Still as archaeologists, those artists gaze at New York from a distance and, as opposed to the usual temporal separation of the archaeologist, is here preferred the geographical and cultural distance of outsider observers who dig out cultures that are foreign to them. They obsessively, almost scientifically, but more often poetically, observe the city and stress its cultural diversity, which is the landmark of New York identity, while also becoming part of it. 

Mariana Viegas methodically researches and collects photographic and video traces of gardens and parks as remains of nature in the urbanity of the city. Jeongmee Yoon's The Stars and Stripes series (2004-2005) questions the ideology behind the fundamental American symbol that is the American flag, and photographs it in its most diverse and unusual modes of apparition. Jayeon Kwon's Pretend series (2006) records the physical traces of past times, which remains visible only as layers, on present-day architectural constructions. Tamara Gubernat's The Accumulated History of Moments (2005) expands the possibilities of the photographic plan by adding multiple layers that suggest different strata of history and different identities of specific New York areas. Gabrielle Bendiner-Viani's Lost & Found (1993-2006) is a collection of anonymous photographs found in the New York area and collected by her over years; it finally constitutes a private and unusual archival computer database, which is here made public. Jaakko Heikkil?also penetrates the private sphere in a series of photographs of interiors occupied by their tenants, all of them living on the same Harlem street. Finally, Alexis Raskin collected testimonies of Chinese women who came to New York's Chinatown and proposes a video installation, Chinese Dishes (2006), which is the first stage of a movie in two parts to come.

In February 2006, Stehanie Jeanjean and Yunkyoung Kim were invited to present their project ARCHAEOLOGY OF NEW YORK at the Annual Graduate Symposium On Edge: Visual Culture across Boundaries,organized by the Department of History of Art and Archaeology, at Cornell University (Ithaca, New York). They also received a grant from the Arts Council Korea and will publish an exhibition catalogue of this exhibition current 2006. 

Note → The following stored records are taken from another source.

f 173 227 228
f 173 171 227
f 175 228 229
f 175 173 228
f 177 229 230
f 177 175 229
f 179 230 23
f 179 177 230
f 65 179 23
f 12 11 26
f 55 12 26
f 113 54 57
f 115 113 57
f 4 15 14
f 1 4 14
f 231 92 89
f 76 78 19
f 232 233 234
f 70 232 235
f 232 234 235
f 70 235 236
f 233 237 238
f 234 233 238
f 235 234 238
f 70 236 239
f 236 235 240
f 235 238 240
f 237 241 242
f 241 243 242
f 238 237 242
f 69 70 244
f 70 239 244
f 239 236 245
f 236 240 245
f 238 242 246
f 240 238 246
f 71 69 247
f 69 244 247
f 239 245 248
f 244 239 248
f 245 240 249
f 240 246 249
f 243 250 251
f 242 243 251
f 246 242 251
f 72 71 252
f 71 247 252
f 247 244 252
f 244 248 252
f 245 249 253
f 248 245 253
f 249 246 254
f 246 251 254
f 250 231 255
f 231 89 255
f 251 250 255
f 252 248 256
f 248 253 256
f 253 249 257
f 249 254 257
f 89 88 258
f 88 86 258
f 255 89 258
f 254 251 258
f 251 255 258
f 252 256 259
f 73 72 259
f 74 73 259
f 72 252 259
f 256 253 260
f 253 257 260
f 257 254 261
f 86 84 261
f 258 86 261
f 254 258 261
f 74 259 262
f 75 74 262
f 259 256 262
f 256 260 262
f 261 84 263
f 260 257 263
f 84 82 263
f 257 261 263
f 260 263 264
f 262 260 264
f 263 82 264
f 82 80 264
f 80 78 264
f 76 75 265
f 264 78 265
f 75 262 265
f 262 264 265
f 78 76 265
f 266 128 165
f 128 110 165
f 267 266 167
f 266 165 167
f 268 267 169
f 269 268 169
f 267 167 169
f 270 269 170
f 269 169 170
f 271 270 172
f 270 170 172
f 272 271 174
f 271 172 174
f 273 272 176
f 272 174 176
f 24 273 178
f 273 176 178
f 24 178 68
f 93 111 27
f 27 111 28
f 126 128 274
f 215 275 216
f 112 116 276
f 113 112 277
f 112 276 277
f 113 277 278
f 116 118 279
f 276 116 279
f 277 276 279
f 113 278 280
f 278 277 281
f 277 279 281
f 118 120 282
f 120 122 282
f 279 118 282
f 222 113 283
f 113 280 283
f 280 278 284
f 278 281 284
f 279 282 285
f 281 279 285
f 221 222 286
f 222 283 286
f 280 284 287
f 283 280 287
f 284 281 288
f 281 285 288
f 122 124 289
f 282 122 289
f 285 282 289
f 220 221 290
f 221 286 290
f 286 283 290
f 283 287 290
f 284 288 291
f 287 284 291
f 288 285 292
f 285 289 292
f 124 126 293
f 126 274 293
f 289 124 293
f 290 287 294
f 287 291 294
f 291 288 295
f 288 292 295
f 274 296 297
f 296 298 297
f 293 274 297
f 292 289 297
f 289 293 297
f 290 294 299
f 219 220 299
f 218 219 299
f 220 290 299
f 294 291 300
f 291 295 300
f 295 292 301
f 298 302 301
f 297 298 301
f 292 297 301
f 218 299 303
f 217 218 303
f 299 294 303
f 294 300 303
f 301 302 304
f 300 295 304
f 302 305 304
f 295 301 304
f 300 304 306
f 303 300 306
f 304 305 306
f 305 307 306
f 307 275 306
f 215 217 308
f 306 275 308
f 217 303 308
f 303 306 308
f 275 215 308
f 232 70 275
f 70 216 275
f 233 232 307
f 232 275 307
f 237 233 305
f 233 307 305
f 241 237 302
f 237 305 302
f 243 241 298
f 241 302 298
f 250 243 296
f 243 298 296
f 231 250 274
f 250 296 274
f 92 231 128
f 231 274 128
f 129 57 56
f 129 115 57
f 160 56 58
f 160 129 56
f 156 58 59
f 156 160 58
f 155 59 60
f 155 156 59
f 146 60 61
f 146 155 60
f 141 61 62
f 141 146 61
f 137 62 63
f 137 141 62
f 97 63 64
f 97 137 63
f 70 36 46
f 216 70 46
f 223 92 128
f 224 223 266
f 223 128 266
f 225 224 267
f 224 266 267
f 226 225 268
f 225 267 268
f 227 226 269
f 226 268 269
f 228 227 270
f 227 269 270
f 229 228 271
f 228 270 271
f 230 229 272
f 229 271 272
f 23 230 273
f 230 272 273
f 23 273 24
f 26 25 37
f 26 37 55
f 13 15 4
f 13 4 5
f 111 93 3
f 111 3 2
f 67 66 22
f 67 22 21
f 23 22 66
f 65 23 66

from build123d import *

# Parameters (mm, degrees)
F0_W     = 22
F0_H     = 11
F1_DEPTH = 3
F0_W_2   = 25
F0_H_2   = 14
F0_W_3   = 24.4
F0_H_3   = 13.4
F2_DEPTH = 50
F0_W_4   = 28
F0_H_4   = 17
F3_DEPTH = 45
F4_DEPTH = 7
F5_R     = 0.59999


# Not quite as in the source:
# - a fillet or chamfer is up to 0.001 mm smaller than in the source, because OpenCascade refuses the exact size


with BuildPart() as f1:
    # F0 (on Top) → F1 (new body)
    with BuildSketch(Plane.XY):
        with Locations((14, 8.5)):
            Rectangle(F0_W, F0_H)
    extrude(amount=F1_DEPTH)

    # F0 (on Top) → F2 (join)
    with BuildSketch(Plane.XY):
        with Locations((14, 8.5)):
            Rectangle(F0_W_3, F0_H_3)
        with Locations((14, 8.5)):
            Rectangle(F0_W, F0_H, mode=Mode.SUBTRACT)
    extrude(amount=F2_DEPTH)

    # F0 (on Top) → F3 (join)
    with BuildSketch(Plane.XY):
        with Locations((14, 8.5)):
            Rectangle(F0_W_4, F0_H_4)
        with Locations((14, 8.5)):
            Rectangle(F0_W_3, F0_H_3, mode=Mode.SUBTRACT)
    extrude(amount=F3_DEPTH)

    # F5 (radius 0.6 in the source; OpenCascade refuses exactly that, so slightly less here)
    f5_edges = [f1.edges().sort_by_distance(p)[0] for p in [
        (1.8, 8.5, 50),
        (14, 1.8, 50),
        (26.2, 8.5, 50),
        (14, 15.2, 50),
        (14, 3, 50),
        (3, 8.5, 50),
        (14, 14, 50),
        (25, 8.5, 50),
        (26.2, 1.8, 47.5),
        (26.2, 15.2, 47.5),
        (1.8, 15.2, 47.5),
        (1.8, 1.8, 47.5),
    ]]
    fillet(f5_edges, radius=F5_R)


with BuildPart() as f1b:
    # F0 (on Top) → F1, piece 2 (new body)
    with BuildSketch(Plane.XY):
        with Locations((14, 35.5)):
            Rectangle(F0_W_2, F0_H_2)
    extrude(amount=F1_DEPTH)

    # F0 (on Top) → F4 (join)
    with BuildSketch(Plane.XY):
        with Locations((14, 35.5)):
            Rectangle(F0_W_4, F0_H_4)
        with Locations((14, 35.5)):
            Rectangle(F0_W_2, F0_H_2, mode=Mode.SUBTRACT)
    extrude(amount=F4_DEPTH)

Stehanie Jeanjean is a Doctoral applicant at the Graduate Center of CUNY and an Adjunct Professor of Art History at City College. Regularly S. Jeanjean writes on contemporary art for French cultural magazines and newspapers; she has published articles in Art Press, Chronic'art, and Hors d'euvre. In 2004, S. Jeanjean curated two solo exhibitions of New York based artist China Blue at the Atheneum and at the Galerie Interface (Dijon, France). In 2005, she presented a paper at the Annual CAA Conference in Atlanta on Societal Behavior Suggested by Artists from the 1950s to Today.Recently, the book she co-edited with Lionel Bovier, Deux ou trois choses que je sais d'elle... Ecrits et entretiens 1966-2003, a collection of writings and interviews by Olivier Mosset, was published by the MAMCO (Museum of Modern and Contemporary Art, Geneva, Switzerland). In January 2006, S. Jeanjean curated the multi-media collective exhibition Once Upon a Time 1 at NUTUREart (Brooklyn, New York). 

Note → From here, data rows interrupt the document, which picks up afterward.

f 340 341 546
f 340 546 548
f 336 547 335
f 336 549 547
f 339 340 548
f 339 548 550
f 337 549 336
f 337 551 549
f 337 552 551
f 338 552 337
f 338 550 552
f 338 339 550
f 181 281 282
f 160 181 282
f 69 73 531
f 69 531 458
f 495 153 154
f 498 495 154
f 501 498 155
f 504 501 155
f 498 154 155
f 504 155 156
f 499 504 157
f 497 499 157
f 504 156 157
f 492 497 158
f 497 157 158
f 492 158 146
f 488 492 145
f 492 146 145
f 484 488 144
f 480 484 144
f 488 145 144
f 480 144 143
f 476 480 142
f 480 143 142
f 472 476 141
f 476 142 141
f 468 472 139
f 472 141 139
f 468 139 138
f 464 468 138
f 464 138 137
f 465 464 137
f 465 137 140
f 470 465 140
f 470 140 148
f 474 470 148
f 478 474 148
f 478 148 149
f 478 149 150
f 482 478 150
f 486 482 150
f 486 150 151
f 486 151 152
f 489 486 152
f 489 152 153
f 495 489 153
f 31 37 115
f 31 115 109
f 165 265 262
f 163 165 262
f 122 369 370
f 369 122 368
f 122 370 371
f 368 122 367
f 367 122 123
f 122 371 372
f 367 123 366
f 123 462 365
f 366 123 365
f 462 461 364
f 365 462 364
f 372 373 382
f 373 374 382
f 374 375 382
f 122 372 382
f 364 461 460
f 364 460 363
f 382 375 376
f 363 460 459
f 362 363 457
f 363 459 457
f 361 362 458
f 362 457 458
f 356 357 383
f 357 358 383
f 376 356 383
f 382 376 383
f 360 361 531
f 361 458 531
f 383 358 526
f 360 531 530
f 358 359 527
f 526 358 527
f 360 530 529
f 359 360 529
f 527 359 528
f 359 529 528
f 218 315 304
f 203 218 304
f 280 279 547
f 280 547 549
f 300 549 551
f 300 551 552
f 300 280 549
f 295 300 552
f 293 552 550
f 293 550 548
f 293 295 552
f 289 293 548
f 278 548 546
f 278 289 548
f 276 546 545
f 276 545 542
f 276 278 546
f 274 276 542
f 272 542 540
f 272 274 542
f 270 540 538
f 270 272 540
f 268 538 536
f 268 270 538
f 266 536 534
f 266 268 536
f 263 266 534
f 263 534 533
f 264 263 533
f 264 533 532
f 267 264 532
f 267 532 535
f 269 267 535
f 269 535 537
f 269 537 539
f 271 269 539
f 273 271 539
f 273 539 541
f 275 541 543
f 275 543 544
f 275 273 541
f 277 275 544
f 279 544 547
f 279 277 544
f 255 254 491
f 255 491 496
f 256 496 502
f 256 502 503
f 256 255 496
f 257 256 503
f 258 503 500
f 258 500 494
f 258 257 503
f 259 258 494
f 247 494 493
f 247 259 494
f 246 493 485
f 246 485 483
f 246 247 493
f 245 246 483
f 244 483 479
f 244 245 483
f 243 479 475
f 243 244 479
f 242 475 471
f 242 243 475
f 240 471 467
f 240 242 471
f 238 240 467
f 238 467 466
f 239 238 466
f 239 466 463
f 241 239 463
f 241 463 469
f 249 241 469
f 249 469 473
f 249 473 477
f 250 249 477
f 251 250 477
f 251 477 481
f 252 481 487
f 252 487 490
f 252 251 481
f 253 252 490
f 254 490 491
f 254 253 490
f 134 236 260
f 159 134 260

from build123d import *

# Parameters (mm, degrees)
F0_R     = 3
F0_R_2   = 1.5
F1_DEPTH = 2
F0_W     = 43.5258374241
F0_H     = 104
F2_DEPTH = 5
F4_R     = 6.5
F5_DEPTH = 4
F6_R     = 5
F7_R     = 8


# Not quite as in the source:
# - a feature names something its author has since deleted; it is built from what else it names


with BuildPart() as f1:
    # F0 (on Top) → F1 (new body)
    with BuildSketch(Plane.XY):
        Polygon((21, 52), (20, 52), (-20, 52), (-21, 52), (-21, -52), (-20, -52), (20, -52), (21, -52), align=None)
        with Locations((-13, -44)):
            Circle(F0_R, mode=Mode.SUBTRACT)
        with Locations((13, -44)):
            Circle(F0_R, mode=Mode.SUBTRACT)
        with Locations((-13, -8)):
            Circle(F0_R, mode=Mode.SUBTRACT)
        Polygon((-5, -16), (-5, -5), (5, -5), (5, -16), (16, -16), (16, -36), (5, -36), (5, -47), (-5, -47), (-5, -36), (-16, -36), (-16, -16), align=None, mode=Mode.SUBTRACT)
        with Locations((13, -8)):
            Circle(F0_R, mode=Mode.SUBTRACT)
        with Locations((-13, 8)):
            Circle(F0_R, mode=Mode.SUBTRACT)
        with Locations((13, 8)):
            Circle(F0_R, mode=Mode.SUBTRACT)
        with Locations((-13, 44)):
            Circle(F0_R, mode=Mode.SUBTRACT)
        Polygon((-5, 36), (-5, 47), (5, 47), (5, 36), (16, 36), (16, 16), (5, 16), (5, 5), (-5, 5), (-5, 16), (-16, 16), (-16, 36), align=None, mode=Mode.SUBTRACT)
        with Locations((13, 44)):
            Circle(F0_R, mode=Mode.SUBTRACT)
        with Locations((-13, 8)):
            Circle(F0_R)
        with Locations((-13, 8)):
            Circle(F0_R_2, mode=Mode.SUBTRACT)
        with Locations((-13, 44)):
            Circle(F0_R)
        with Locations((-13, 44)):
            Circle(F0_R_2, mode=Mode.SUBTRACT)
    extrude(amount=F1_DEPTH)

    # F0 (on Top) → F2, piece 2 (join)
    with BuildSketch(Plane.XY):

Yunkyoung Kim is a Doctoral student at the Graduate Center of CUNY. She writes for the Korean art magazine Art in Culture and published Saffron-colored Dream: Twenty Six Years Reserved for Sixteen Days, Christo & Jeanne-Claude's Gates(Art in Culture, March 2005), Dreaming of an Oasis in the Downtown: Public Art in New York(Art in Culture, September 2004), and numerous articles on emerging artists active in New York City. In 2005, she also published an essay Nice to Meet You for the exhibition catalogue Host: Nancy Hwang edited by Project Space Sarubia (Seoul, Korea). In November 2004, Y. Kim presented a paper "Approach to Public Art: In the Case of Culture in Action,"at the 5th Annual Symposium Art as a Public Forum, organized by the Korean Association for History of Modern Art in Seoul, which was subsequently published in its Journal of History of Modern Art 16 (December 2004). In October 2006, her exhibition project Vacant is scheduled at the Brain Factory (Seoul).